■ Source material ■
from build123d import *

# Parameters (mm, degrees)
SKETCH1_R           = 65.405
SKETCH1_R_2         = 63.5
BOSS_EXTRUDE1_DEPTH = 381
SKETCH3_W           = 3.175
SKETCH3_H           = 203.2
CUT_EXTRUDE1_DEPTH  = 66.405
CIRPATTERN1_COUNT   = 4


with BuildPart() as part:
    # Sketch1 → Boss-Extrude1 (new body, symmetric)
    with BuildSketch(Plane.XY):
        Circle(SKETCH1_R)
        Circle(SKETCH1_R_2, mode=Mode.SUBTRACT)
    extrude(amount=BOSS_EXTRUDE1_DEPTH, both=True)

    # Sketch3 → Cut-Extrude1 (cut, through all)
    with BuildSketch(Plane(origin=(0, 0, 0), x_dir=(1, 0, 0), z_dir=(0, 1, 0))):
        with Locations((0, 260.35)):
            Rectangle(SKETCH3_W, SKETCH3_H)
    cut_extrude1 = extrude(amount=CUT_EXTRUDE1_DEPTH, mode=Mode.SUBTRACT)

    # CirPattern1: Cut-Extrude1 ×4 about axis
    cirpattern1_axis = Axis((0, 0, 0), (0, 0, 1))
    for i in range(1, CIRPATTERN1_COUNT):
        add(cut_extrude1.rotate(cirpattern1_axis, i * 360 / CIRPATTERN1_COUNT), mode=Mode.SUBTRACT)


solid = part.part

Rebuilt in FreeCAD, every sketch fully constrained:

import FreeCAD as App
import Part
import Sketcher
Q = App.Units.Quantity


def add_polygon(sketch, points):
    """Adds a closed chain of lines whose ends are joined by coincident constraints."""
    first, n = sketch.GeometryCount, len(points)
    for a, b in zip(points, points[1:] + points[:1]):
        sketch.addGeometry(Part.LineSegment(App.Vector(*a, 0), App.Vector(*b, 0)), False)
    for i in range(n):
        sketch.addConstraint(Sketcher.Constraint("Coincident", first + i, 2, first + (i + 1) % n, 1))

doc = App.newDocument("Part")
body = doc.addObject("PartDesign::Body", "Body")

# Sketch on XY plane
sketch1 = body.newObject("Sketcher::SketchObject", "Sketch")
sketch1.AttachmentSupport = (doc.getObject("XY_Plane"), [""])
sketch1.MapMode = "FlatFace"
sketch1.addGeometry([
    Part.Circle(App.Vector(0, 0, 0), App.Vector(0, 0, 1), 65.405),
    Part.Circle(App.Vector(0, 0, 0), App.Vector(0, 0, 1), 63.5),
], False)
sketch1.addConstraint([
    Sketcher.Constraint("Coincident", 0, 3, -1, 1),
    Sketcher.Constraint("Coincident", 1, 3, -1, 1),
    Sketcher.Constraint("Diameter", 1, Q("5 in")),
    Sketcher.Constraint("Diameter", 0, Q("5.15 in")),
])
pad1 = body.newObject("PartDesign::Pad", "Pad")
pad1.Profile = sketch1
pad1.Length = Q("30 in")
pad1.Midplane = True

# Sketch on XZ plane
sketch2 = body.newObject("Sketcher::SketchObject", "Sketch001")
sketch2.AttachmentSupport = (doc.getObject("XZ_Plane"), [""])
sketch2.MapMode = "FlatFace"
add_polygon(sketch2, [(-1.5875, -361.95), (-1.5875, -158.75), (1.5875, -158.75), (1.5875, -361.95)])  # lines 0-3
sketch2.addConstraint([
    Sketcher.Constraint("Vertical", 0),
    Sketcher.Constraint("Horizontal", 1),
    Sketcher.Constraint("Vertical", 2),
    Sketcher.Constraint("Horizontal", 3),
    Sketcher.Constraint("DistanceY", 0, 1, 0, 2, Q("8 in")),
    Sketcher.Constraint("DistanceX", 1, 1, 1, 2, Q("0.125 in")),
    Sketcher.Constraint("DistanceY", 0, 2, -1, 1, Q("6.25 in")),
    Sketcher.Constraint("DistanceX", 0, 2, -1, 1, Q("0.0625 in")),
])
pocket1 = body.newObject("PartDesign::Pocket", "Pocket")
pocket1.Profile = sketch2
pocket1.Type = "ThroughAll"
doc.recompute()

polarpattern = body.newObject("PartDesign::PolarPattern", "PolarPattern")
polarpattern.Originals = [pocket1]
polarpattern.Axis = (doc.getObject("Z_Axis"), [""])
polarpattern.Angle = 360
polarpattern.Occurrences = 4
body.Tip = polarpattern

doc.recompute()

■ Exercise prompt ■
Reproduce all of the entries word for word. Omit nothing.

■ Output of the exercise ■
from build123d import *

# Parameters (mm, degrees)
SKETCH1_R           = 65.405
SKETCH1_R_2         = 63.5
BOSS_EXTRUDE1_DEPTH = 381
SKETCH3_W           = 3.175
SKETCH3_H           = 203.2
CUT_EXTRUDE1_DEPTH  = 66.405
CIRPATTERN1_COUNT   = 4


with BuildPart() as part:
    # Sketch1 → Boss-Extrude1 (new body, symmetric)
    with BuildSketch(Plane.XY):
        Circle(SKETCH1_R)
        Circle(SKETCH1_R_2, mode=Mode.SUBTRACT)
    extrude(amount=BOSS_EXTRUDE1_DEPTH, both=True)

    # Sketch3 → Cut-Extrude1 (cut, through all)
    with BuildSketch(Plane(origin=(0, 0, 0), x_dir=(1, 0, 0), z_dir=(0, 1, 0))):
        with Locations((0, 260.35)):
            Rectangle(SKETCH3_W, SKETCH3_H)
    cut_extrude1 = extrude(amount=CUT_EXTRUDE1_DEPTH, mode=Mode.SUBTRACT)

    # CirPattern1: Cut-Extrude1 ×4 about axis
    cirpattern1_axis = Axis((0, 0, 0), (0, 0, 1))
    for i in range(1, CIRPATTERN1_COUNT):
        add(cut_extrude1.rotate(cirpattern1_axis, i * 360 / CIRPATTERN1_COUNT), mode=Mode.SUBTRACT)


solid = part.part

Rebuilt in FreeCAD, every sketch fully constrained:

import FreeCAD as App
import Part
import Sketcher
Q = App.Units.Quantity


def add_polygon(sketch, points):
    """Adds a closed chain of lines whose ends are joined by coincident constraints."""
    first, n = sketch.GeometryCount, len(points)
    for a, b in zip(points, points[1:] + points[:1]):
        sketch.addGeometry(Part.LineSegment(App.Vector(*a, 0), App.Vector(*b, 0)), False)
    for i in range(n):
        sketch.addConstraint(Sketcher.Constraint("Coincident", first + i, 2, first + (i + 1) % n, 1))

doc = App.newDocument("Part")
body = doc.addObject("PartDesign::Body", "Body")

# Sketch on XY plane
sketch1 = body.newObject("Sketcher::SketchObject", "Sketch")
sketch1.AttachmentSupport = (doc.getObject("XY_Plane"), [""])
sketch1.MapMode = "FlatFace"
sketch1.addGeometry([
    Part.Circle(App.Vector(0, 0, 0), App.Vector(0, 0, 1), 65.405),
    Part.Circle(App.Vector(0, 0, 0), App.Vector(0, 0, 1), 63.5),
], False)
sketch1.addConstraint([
    Sketcher.Constraint("Coincident", 0, 3, -1, 1),
    Sketcher.Constraint("Coincident", 1, 3, -1, 1),
    Sketcher.Constraint("Diameter", 1, Q("5 in")),
    Sketcher.Constraint("Diameter", 0, Q("5.15 in")),
])
pad1 = body.newObject("PartDesign::Pad", "Pad")
pad1.Profile = sketch1
pad1.Length = Q("30 in")
pad1.Midplane = True

# Sketch on XZ plane
sketch2 = body.newObject("Sketcher::SketchObject", "Sketch001")
sketch2.AttachmentSupport = (doc.getObject("XZ_Plane"), [""])
sketch2.MapMode = "FlatFace"
add_polygon(sketch2, [(-1.5875, -361.95), (-1.5875, -158.75), (1.5875, -158.75), (1.5875, -361.95)])  # lines 0-3
sketch2.addConstraint([
    Sketcher.Constraint("Vertical", 0),
    Sketcher.Constraint("Horizontal", 1),
    Sketcher.Constraint("Vertical", 2),
    Sketcher.Constraint("Horizontal", 3),
    Sketcher.Constraint("DistanceY", 0, 1, 0, 2, Q("8 in")),
    Sketcher.Constraint("DistanceX", 1, 1, 1, 2, Q("0.125 in")),
    Sketcher.Constraint("DistanceY", 0, 2, -1, 1, Q("6.25 in")),
    Sketcher.Constraint("DistanceX", 0, 2, -1, 1, Q("0.0625 in")),
])
pocket1 = body.newObject("PartDesign::Pocket", "Pocket")
pocket1.Profile = sketch2
pocket1.Type = "ThroughAll"
doc.recompute()

polarpattern = body.newObject("PartDesign::PolarPattern", "PolarPattern")
polarpattern.Originals = [pocket1]
polarpattern.Axis = (doc.getObject("Z_Axis"), [""])
polarpattern.Angle = 360
polarpattern.Occurrences = 4
body.Tip = polarpattern

doc.recompute()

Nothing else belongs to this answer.